Was ist der Unterschied zwischen Tankwaschköpfen und Tankreinigungsdüsen?
"Tankwaschköpfe" und "Tankreinigungsdüsen" beziehen sich auf dieselbe Gerätekategorie – die Begriffe sind in der Branche austauschbar. "Tankwaschkopf" ist in europäischen Märkten und in maritimen/Schiffsanwendungen gebräuchlicher, während "Tankreinigungsdüse" der gebräuchlichere Begriff in der nordamerikanischen Lebensmittelverarbeitung, Pharmaindustrie und Chemieindustrie ist. Funktionell decken beide Begriffe die gesamte Bandbreite von statischen Sprühkugeln über rotierende Köpfe bis hin zu orbitalen Jet-Reinigern ab.

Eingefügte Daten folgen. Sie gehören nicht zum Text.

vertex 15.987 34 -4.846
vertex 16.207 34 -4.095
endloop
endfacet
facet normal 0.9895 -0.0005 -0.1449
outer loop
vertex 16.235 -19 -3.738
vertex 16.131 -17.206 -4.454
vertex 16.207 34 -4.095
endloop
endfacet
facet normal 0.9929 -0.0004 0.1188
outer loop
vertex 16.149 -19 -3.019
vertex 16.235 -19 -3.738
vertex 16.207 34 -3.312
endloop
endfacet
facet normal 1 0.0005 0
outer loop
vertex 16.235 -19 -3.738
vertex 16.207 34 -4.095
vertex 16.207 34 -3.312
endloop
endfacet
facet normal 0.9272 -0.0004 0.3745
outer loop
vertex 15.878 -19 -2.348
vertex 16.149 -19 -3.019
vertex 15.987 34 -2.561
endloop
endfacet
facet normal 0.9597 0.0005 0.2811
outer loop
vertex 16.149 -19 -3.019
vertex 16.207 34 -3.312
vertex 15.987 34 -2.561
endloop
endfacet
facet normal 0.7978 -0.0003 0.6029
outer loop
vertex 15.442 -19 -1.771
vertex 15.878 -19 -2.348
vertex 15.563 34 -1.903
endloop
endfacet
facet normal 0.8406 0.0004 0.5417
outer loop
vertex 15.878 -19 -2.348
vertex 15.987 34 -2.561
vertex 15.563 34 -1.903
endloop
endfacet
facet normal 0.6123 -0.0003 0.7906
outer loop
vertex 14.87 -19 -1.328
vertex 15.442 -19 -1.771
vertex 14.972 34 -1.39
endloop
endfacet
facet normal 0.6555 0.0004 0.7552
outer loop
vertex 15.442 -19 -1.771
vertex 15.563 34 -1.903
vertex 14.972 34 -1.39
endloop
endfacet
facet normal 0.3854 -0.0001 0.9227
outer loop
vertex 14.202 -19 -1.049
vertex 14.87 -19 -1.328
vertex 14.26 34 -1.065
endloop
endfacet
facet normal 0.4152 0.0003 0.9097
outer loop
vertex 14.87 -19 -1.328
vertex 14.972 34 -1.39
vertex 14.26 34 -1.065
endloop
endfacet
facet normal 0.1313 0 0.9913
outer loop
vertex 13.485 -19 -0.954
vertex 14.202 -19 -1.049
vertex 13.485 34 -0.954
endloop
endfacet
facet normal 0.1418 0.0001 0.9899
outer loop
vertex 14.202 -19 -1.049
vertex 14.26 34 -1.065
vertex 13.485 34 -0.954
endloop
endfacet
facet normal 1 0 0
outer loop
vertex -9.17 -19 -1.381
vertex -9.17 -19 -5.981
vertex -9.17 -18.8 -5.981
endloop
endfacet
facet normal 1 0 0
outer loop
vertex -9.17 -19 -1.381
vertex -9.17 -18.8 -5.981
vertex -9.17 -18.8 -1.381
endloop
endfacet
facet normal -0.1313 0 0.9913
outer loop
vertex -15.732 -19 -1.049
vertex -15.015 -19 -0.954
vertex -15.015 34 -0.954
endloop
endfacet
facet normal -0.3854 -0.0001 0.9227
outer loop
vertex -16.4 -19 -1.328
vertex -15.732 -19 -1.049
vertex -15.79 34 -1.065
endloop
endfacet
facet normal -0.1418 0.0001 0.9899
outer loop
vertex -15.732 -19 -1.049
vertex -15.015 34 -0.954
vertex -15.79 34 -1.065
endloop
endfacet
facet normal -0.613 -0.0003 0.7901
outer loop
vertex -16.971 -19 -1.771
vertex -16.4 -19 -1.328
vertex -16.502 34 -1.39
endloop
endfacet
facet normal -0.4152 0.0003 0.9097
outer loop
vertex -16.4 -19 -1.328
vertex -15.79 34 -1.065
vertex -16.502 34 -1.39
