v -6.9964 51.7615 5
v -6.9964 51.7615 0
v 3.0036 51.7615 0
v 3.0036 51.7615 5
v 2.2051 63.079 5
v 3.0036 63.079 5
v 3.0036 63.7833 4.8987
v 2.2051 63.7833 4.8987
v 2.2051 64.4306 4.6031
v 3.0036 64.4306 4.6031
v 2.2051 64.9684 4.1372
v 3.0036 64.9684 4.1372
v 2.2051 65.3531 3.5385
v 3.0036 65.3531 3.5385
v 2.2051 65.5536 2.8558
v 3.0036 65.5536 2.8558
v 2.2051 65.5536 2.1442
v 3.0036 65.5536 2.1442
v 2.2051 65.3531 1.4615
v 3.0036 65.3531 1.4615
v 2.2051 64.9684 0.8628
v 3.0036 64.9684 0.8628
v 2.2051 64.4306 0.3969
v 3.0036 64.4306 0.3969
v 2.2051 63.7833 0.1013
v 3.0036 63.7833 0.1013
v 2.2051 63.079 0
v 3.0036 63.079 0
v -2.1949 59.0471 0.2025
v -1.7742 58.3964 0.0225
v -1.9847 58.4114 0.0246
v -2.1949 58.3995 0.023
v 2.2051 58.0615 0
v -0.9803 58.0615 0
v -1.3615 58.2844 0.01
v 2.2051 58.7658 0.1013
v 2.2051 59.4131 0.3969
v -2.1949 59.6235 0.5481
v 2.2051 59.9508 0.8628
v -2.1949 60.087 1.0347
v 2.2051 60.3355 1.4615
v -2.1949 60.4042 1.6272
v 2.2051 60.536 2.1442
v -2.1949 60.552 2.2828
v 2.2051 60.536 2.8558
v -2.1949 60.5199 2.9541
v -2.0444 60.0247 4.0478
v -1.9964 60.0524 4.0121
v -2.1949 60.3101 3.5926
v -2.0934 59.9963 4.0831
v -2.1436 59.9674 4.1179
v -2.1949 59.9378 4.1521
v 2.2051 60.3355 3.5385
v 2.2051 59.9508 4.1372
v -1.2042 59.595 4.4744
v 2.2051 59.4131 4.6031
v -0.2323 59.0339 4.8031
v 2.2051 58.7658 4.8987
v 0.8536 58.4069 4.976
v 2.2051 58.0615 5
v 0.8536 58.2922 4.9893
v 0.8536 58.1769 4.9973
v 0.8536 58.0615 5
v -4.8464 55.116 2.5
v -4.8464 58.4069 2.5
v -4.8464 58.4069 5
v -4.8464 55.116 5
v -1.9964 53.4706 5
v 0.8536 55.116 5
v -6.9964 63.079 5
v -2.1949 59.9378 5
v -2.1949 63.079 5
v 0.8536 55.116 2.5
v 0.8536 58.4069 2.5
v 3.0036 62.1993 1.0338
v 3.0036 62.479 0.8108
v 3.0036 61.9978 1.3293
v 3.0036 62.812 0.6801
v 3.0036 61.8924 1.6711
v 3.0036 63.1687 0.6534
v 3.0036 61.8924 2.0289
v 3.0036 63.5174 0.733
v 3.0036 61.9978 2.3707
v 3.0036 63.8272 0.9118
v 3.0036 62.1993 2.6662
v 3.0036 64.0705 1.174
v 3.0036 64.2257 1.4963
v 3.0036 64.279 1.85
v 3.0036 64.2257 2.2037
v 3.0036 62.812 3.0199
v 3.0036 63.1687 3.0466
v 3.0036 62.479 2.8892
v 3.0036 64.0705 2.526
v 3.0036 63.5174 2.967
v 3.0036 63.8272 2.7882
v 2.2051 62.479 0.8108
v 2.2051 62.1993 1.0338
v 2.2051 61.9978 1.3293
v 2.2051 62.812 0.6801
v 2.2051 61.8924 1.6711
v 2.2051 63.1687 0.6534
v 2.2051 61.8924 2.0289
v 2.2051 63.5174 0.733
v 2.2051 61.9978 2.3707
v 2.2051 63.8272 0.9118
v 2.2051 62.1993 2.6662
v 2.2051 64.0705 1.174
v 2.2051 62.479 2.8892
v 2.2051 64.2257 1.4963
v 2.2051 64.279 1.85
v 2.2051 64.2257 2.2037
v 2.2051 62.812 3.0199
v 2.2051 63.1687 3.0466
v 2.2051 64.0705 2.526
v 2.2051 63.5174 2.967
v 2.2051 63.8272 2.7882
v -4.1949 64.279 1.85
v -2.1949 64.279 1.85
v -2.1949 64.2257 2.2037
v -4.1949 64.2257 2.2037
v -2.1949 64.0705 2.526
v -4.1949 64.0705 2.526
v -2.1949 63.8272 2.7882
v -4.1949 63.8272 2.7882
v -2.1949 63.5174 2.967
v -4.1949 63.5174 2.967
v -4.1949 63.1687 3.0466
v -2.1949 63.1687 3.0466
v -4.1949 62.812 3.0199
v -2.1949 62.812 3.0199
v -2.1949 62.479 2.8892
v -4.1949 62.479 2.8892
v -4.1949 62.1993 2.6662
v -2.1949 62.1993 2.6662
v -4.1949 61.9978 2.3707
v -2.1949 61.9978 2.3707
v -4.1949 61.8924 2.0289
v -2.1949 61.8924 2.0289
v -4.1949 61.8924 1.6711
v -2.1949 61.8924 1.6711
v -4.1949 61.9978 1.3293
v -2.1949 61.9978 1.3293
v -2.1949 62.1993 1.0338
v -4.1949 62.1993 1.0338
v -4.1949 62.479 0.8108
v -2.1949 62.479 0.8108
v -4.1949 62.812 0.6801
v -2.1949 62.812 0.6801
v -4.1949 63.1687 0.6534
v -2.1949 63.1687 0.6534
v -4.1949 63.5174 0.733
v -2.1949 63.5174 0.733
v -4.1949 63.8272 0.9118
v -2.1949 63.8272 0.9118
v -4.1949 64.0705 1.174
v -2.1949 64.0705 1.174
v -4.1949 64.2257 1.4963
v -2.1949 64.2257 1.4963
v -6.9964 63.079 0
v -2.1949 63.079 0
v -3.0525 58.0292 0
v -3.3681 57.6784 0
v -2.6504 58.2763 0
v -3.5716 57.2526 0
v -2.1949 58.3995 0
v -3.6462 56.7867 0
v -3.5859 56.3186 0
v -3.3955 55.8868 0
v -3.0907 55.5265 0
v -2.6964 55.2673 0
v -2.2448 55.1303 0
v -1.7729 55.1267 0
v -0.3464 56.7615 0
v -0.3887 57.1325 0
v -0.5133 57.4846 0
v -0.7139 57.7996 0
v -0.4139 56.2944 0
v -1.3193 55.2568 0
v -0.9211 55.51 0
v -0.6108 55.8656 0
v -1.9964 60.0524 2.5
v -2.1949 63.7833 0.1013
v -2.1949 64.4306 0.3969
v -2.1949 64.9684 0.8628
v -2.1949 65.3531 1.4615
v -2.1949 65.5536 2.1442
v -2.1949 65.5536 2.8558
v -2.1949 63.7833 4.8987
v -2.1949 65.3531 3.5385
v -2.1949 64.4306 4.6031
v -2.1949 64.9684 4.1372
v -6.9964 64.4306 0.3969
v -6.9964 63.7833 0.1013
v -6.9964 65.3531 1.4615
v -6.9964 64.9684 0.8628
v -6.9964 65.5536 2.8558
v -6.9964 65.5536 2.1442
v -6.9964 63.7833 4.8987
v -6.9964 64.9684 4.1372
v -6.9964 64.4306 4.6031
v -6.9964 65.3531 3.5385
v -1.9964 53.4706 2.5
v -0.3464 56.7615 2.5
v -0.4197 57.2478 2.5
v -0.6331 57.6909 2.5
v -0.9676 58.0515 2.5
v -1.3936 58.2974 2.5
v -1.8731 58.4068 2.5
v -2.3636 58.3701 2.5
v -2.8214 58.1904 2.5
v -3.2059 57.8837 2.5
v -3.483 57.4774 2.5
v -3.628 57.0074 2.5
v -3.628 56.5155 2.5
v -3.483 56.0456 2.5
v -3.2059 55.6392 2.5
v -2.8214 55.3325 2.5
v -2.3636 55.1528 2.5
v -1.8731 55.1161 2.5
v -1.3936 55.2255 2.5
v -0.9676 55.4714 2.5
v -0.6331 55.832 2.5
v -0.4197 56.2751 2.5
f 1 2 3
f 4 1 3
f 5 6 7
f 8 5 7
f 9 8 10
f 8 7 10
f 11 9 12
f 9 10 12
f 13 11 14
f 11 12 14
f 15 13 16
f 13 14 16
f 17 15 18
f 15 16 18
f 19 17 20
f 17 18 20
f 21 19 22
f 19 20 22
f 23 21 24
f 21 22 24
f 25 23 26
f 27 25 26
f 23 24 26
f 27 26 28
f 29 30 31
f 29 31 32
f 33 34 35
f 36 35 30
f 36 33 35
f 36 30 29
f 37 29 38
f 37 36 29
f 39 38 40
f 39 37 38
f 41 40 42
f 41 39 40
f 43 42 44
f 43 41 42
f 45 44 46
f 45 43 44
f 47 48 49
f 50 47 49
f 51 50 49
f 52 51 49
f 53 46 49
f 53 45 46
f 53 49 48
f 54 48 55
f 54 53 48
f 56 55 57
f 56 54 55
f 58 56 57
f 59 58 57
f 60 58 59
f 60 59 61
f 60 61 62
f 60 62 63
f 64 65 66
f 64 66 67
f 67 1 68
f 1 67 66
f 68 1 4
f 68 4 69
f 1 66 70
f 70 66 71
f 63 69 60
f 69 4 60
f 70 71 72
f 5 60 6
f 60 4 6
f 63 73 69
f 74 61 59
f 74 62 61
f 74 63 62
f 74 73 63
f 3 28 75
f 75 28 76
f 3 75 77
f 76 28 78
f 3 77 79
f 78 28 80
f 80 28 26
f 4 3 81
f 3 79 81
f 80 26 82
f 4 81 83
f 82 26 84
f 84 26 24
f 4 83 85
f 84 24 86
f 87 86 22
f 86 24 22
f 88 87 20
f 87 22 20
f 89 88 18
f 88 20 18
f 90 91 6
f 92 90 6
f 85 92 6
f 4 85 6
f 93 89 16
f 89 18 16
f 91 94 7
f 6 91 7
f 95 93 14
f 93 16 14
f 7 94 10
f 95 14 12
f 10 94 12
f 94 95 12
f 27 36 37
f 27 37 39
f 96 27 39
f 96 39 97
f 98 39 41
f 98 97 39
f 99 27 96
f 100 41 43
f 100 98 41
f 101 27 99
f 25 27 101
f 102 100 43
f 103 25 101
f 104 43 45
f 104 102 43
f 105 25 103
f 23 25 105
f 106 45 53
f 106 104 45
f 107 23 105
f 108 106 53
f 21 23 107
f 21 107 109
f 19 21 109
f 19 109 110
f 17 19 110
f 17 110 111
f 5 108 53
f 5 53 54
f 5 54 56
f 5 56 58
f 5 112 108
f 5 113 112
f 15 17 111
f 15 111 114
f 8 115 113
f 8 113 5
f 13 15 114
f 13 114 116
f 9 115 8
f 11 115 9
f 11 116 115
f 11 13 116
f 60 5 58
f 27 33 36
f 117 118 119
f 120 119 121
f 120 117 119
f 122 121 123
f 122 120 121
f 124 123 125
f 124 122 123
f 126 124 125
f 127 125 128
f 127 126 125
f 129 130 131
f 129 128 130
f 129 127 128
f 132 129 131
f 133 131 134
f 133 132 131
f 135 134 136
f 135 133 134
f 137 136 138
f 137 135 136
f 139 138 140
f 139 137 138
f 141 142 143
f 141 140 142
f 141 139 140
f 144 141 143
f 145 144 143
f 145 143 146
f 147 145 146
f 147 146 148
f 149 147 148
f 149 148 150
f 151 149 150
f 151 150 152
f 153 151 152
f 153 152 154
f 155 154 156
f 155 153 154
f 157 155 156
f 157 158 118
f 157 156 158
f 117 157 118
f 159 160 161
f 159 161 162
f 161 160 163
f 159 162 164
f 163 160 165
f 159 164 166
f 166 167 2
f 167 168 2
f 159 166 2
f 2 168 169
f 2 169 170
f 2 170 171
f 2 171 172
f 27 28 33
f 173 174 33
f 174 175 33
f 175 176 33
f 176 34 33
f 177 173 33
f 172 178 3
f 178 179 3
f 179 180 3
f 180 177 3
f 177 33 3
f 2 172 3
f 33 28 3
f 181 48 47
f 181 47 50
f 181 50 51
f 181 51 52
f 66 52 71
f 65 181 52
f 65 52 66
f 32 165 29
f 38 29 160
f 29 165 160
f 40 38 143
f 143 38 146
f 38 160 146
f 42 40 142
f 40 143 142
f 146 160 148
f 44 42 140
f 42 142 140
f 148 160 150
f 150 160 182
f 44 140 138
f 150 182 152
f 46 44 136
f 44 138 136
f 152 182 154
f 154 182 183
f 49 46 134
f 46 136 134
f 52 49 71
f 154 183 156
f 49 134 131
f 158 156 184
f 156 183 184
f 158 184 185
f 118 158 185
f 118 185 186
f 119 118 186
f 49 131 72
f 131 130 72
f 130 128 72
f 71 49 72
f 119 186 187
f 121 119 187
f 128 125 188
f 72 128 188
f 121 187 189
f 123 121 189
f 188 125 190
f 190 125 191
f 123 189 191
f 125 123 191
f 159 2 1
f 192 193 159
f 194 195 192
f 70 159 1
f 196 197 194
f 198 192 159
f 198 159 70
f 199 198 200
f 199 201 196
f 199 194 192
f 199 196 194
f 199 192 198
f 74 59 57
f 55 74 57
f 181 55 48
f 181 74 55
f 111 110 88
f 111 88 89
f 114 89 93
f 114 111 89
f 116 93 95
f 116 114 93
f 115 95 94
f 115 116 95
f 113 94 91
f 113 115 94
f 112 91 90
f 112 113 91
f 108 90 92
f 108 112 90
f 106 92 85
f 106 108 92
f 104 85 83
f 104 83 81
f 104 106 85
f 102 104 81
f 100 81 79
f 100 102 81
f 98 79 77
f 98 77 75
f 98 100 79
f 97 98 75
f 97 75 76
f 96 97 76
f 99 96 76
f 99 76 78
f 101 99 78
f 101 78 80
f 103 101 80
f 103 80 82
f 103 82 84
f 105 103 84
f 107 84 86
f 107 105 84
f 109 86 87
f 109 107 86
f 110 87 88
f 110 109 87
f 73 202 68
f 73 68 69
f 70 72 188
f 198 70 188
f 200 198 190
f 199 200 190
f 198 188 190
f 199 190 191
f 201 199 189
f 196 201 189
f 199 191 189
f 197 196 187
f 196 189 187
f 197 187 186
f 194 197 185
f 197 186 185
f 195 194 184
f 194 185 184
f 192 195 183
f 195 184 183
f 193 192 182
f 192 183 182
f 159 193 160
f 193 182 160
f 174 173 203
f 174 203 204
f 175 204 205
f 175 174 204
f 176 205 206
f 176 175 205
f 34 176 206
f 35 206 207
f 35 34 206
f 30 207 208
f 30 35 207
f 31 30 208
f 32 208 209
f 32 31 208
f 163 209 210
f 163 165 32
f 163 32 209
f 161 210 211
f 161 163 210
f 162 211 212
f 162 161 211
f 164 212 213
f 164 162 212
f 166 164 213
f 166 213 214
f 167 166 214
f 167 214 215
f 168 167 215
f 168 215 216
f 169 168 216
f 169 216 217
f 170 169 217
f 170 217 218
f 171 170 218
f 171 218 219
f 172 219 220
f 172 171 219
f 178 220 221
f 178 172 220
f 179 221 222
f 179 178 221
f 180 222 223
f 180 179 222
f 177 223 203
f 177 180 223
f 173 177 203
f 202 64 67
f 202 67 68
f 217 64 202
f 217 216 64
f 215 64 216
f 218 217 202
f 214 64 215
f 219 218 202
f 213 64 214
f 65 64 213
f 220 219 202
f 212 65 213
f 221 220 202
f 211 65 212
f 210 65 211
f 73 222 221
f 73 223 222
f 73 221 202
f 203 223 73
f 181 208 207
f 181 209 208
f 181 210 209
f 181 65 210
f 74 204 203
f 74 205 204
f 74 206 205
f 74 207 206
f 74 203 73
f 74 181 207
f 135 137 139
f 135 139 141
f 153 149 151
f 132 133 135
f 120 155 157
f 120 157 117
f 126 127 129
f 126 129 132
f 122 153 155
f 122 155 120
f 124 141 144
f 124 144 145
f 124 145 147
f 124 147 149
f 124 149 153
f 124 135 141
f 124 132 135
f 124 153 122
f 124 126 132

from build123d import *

# Parameters (mm, degrees)
SKETCH_1_R          = 1.65
EXTRUDE_1_DEPTH     = 2.5
SKETCH_1_3_W        = 10
SKETCH_1_3_H        = 10
EXTRUDE_2_DEPTH     = 5
EXTRUDE_3_DEPTH     = 10
OTHER_START         = -2.194885141
OTHER_1_DEPTH       = 4.4
OTHER_START_2       = -4.194885141
OTHER_1_2_OUTLINE_R = 1.2
OTHER_1_2_DEPTH     = 7.198493548
CUT_EXTRUDE_START   = -9.201507
CUT_EXTRUDE_1_DEPTH = 4.400001


# Read off the part's stored shape, not the designer's step: Отступ1
with BuildPart() as part:
    # Эскиз1 → Бобышка-Вытянуть1 (new body)
    with BuildSketch(Plane.XY):
        Polygon((-4.846391593, 58.406906995), (-4.846391593, 55.11601046), (-1.996391593, 53.470562193), (0.853608407, 55.11601046), (0.853608407, 58.406906995), (-1.996391593, 60.052355262), align=None)
        with Locations((-1.996391593, 56.761458727)):
            Circle(SKETCH_1_R, mode=Mode.SUBTRACT)
    extrude(amount=EXTRUDE_1_DEPTH)

    # Эскиз1<3> → Бобышка-Вытянуть2 (add)
    with BuildSketch(Plane.XY):
        with Locations((-1.996391593, 56.761458727)):
            Rectangle(SKETCH_1_3_W, SKETCH_1_3_H)
        Polygon((-4.846391593, 55.11601046), (-1.996391593, 53.470562193), (0.853608407, 55.11601046), (0.853608407, 58.406906995), (-1.996391593, 60.052355262), (-4.846391593, 58.406906995), align=None, mode=Mode.SUBTRACT)
    extrude(amount=EXTRUDE_2_DEPTH)

    # Эскиз2 → Бобышка-Вытянуть3 (add)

Bei der Bewertung von Produkten konzentrieren Sie sich auf die Spezifikationen (Aufprallkraft, Durchflussrate, Abdeckungsmuster, Material) und nicht auf die Namenskonvention.
Worin besteht der Unterschied zwischen CIP-Düsen und Tankreinigungsdüsen?
CIP-Düsen (Clean-in-Place) sind eine Untergruppe der Tankreinigungsdüsen – genauer gesagt, die Düsen, die im automatisierten Reinigungszyklus eines CIP-Systems verwendet werden. Alle CIP-Düsen sind Tankreinigungsdüsen, aber nicht alle Tankreinigungsdüsen werden in CIP-Systemen verwendet. CIP-Systeme legen Wert auf Wiederholbarkeit, Automatisierung und Validierung – daher sind CIP-Düsen typischerweise statische Sprühkugeln oder rotierende Köpfe mit konsistenten, dokumentierten Sprühbildern. Tankreinigungsdüsen, die außerhalb von CIP verwendet werden (manuelle Spülung, Chargenreinigung, nicht validierte Prozesse), können handgehaltene Sprühpistolen, tragbare Rotationsreiniger oder Orbitaleinheiten umfassen, die für periodische Tiefenreinigung statt für automatisiertes Zyklieren verwendet werden. Wenn Ihre Anwendung eine CIP-Validierung erfordert, wählen Sie eine Düse mit einem dokumentierten und wiederholbaren Abdeckungsmuster.